◆ **WHAT THE EXERCISE ASKS**:
Please repeat only the stretch of records running from the first line through the line that contains "f 352 350 80".

(TASK INPUTS)

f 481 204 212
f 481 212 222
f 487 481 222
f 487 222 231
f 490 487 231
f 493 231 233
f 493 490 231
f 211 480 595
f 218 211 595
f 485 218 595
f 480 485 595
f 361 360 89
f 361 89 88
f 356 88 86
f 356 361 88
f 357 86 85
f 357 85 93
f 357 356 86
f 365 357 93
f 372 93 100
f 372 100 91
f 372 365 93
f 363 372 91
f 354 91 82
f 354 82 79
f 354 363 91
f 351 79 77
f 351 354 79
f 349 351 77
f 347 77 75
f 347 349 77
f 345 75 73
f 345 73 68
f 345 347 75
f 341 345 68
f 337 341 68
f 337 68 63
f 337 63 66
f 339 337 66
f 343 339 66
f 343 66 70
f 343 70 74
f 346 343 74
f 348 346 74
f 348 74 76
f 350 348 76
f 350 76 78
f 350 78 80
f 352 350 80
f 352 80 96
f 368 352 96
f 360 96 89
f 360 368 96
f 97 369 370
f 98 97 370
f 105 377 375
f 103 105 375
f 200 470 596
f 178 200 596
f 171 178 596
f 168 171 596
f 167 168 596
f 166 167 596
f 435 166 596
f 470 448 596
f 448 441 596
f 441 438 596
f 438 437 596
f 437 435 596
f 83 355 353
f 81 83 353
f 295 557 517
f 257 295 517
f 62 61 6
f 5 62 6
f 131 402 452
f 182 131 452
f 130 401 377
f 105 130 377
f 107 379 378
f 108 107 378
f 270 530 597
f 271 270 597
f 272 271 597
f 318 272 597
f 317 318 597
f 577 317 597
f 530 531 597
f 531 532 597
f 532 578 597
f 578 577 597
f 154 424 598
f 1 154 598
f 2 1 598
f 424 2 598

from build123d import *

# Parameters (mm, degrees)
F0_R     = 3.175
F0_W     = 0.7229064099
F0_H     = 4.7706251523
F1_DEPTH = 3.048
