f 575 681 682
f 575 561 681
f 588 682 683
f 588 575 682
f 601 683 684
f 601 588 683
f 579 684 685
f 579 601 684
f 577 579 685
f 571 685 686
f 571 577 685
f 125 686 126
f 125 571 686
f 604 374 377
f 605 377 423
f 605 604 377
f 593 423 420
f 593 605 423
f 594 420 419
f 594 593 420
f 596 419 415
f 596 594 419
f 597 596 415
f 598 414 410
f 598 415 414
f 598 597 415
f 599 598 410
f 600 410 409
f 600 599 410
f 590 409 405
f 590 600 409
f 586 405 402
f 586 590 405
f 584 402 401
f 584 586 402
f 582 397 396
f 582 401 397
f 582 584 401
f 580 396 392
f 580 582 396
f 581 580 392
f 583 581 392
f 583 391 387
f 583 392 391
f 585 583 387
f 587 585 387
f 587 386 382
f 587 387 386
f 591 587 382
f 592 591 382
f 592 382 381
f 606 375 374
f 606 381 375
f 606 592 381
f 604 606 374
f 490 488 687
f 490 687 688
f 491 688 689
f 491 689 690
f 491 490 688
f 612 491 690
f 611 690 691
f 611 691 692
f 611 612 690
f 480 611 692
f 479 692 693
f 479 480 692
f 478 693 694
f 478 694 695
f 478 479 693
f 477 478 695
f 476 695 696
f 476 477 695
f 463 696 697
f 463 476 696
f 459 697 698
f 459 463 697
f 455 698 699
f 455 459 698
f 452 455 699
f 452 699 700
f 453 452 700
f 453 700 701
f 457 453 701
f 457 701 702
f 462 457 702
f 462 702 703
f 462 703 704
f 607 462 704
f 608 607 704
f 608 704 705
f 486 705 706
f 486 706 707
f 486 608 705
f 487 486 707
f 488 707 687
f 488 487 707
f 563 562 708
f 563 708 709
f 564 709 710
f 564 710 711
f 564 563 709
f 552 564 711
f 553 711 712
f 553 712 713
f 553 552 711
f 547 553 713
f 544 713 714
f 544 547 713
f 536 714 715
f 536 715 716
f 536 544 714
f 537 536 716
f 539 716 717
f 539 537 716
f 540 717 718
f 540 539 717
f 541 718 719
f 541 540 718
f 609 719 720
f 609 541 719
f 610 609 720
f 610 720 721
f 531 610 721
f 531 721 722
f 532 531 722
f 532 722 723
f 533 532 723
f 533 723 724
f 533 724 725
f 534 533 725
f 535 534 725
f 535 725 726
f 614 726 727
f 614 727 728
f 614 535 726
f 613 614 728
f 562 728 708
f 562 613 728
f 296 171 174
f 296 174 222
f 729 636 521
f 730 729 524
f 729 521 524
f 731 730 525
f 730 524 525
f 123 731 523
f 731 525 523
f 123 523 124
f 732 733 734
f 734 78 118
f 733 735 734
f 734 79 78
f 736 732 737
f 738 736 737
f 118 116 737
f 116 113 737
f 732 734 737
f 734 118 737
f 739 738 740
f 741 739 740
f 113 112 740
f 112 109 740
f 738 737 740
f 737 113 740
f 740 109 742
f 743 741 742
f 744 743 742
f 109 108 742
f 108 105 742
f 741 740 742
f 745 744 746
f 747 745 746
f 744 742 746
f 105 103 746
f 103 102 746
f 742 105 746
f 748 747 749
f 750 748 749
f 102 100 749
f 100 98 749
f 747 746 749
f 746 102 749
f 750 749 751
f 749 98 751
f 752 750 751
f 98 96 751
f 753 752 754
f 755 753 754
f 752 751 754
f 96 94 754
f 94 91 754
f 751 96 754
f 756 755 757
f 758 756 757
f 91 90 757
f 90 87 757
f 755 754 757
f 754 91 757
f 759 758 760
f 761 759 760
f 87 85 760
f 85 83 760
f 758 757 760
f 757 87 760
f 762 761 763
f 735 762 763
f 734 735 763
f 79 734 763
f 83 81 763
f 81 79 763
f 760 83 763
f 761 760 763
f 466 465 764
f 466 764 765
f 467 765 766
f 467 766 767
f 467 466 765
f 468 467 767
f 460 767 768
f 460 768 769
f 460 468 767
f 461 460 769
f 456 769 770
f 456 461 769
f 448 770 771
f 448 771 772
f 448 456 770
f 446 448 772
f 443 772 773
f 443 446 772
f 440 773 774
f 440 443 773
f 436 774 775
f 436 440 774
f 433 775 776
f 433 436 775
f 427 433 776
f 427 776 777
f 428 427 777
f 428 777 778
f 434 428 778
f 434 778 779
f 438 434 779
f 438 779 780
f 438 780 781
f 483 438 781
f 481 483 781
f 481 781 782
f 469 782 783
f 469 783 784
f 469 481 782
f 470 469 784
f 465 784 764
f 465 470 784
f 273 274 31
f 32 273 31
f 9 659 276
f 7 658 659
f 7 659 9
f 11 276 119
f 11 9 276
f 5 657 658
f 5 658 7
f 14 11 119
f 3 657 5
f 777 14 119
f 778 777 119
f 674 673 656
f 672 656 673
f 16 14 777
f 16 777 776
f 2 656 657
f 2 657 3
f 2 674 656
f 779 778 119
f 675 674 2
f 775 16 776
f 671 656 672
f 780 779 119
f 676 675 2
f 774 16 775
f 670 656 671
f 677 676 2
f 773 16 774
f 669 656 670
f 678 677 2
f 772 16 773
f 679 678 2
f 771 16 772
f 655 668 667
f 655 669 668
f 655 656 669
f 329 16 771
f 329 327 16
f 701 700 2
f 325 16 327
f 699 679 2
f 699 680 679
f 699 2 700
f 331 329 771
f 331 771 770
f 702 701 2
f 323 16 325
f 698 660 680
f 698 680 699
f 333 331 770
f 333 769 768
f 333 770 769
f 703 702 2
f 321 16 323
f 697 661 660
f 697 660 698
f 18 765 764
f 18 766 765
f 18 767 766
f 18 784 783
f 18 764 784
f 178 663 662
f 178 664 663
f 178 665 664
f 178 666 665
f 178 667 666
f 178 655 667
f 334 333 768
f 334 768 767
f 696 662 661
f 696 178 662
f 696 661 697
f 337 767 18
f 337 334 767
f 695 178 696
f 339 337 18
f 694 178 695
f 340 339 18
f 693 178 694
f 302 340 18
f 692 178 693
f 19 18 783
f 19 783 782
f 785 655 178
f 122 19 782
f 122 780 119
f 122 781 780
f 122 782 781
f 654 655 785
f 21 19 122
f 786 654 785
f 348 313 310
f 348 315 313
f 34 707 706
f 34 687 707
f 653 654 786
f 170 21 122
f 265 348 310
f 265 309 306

(End TASK INPUTS)

◆ **TASK ANSWER**:
f 481 204 212
f 481 212 222
f 487 481 222
f 487 222 231
f 490 487 231
f 493 231 233
f 493 490 231
f 211 480 595
f 218 211 595
f 485 218 595
f 480 485 595
f 361 360 89
f 361 89 88
f 356 88 86
f 356 361 88
f 357 86 85
f 357 85 93
f 357 356 86
f 365 357 93
f 372 93 100
f 372 100 91
f 372 365 93
f 363 372 91
f 354 91 82
f 354 82 79
f 354 363 91
f 351 79 77
f 351 354 79
f 349 351 77
f 347 77 75
f 347 349 77
f 345 75 73
f 345 73 68
f 345 347 75
f 341 345 68
f 337 341 68
f 337 68 63
f 337 63 66
f 339 337 66
f 343 339 66
f 343 66 70
f 343 70 74
f 346 343 74
f 348 346 74
f 348 74 76
f 350 348 76
f 350 76 78
f 350 78 80
f 352 350 80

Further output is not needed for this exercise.